Even racial abilities are based on choice. Everyone can choose one of three abilities unique to their race once they hit level three.
There are other unique features too — like missed attacks being converted to more of a glance system so turns are never fully wasted — but I think that covers the broad strokes.
But at the end of the day, Wyrd Street is about the stories and the people more than the mechanics. It’s about outcasts doing their best in a hard world.
Before I go, I’ll leave you with another excerpt from the core rulebook:
Wyrd Street is different from other popular table-top RPGs in that the focus is less on grand heroics or world-changing events and more on intimate stories of ordinary people doing their best to protect their homes and the people they love.
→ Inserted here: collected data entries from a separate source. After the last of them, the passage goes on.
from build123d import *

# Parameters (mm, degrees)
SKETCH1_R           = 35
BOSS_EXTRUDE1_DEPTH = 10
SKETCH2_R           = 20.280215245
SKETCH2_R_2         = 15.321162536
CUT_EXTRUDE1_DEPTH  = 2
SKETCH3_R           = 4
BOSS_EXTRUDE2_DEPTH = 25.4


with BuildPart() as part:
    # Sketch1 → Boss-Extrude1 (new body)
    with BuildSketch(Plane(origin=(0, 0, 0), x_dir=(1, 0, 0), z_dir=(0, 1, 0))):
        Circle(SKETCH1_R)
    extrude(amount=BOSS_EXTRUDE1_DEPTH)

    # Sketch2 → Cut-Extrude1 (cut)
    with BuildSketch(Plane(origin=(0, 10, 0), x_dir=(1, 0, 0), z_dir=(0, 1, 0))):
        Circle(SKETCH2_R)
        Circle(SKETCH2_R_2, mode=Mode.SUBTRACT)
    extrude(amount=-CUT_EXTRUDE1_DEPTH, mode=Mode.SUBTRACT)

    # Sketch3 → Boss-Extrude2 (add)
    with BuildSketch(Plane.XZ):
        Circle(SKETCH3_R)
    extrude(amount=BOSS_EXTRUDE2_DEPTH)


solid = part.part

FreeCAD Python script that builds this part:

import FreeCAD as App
import Part
import Sketcher

V = App.Vector
Q = App.Units.Quantity

doc = App.newDocument("Part")
body = doc.addObject("PartDesign::Body", "Body")

# Sketch on XZ plane
sketch1 = doc.addObject("Sketcher::SketchObject", "Sketch")
body.addObject(sketch1)
sketch1.AttachmentSupport = (doc.XZ_Plane, [""])
sketch1.MapMode = "FlatFace"
sketch1.addGeometry(Part.Circle(V(0, 0, 0), V(0, 0, 1), 35), False)
sketch1.addConstraint([
    Sketcher.Constraint("Coincident", 0, 3, -1, 1),
    Sketcher.Constraint("Diameter", 0, Q("70 mm")),
])
pad1 = doc.addObject("PartDesign::Pad", "Pad")
body.addObject(pad1)
pad1.Profile = sketch1
pad1.Length = 10
pad1.Reversed = True

# Sketch on XZ plane
sketch2 = doc.addObject("Sketcher::SketchObject", "Sketch001")
body.addObject(sketch2)
sketch2.AttachmentSupport = (doc.XZ_Plane, [""])
sketch2.MapMode = "FlatFace"
sketch2.AttachmentOffset = App.Placement(V(0, 0, -10), App.Rotation())
sketch2.addGeometry([
    Part.Circle(V(0, 0, 0), V(0, 0, 1), 20),
    Part.Circle(V(0, 0, 0), V(0, 0, 1), 15),
], False)
sketch2.addConstraint([
    Sketcher.Constraint("Coincident", 0, 3, -1, 1),
    Sketcher.Constraint("Coincident", 1, 3, -1, 1),
    Sketcher.Constraint("Diameter", 0, Q("40.56043 mm")),
    Sketcher.Constraint("Diameter", 1, Q("30.642325 mm")),
])
pocket1 = doc.addObject("PartDesign::Pocket", "Pocket")
body.addObject(pocket1)
pocket1.Profile = sketch2
pocket1.Length = 2
pocket1.Reversed = True

# Sketch on XZ plane
sketch3 = doc.addObject("Sketcher::SketchObject", "Sketch002")
body.addObject(sketch3)
sketch3.AttachmentSupport = (doc.XZ_Plane, [""])
sketch3.MapMode = "FlatFace"
sketch3.addGeometry(Part.Circle(V(0, 0, 0), V(0, 0, 1), 4), False)
sketch3.addConstraint([
    Sketcher.Constraint("Coincident", 0, 3, -1, 1),
    Sketcher.Constraint("Diameter", 0, Q("8 mm")),
])
pad2 = doc.addObject("PartDesign::Pad", "Pad001")
body.addObject(pad2)
pad2.Profile = sketch3
pad2.Length = 25.4

doc.recompute()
The heart of the game is found in the bonds between characters and the intricate details of the setting.
An effort has been made to make the cast of Wyrd Street as inclusive as possible in the hopes that anyone can feel represented within this world. If there is one rule in Wyrd Street that trumps all others, it is this: Anyone can be a hero.
Wow this is an interesting tool indeed. I’ve always wanted to make maps for my own projects too, and now I think I just could. Thanks for sharing!
Reblogged this on DDOCentral.
Thanks for the link, that looks very interesting. Always inspring to read about rpg projects like this, I’m working on a adventure path for 5E myself so something this substantial would be too big a distraction, but I do have the seed of an idea for my own campaign setting stored away to work on some day…
I like this concept. Mundane can be very magical and epic. Good stuff, sir.
I don’t know if I’d call it mundane exactly. It’s a very high magic setting, so even playing as the least magical people in it can get pretty fantastical. But it is pretty down to earth in terms of stories and goals. I’m planning a major adventure where the goal is simply to find medicine for your ailing father.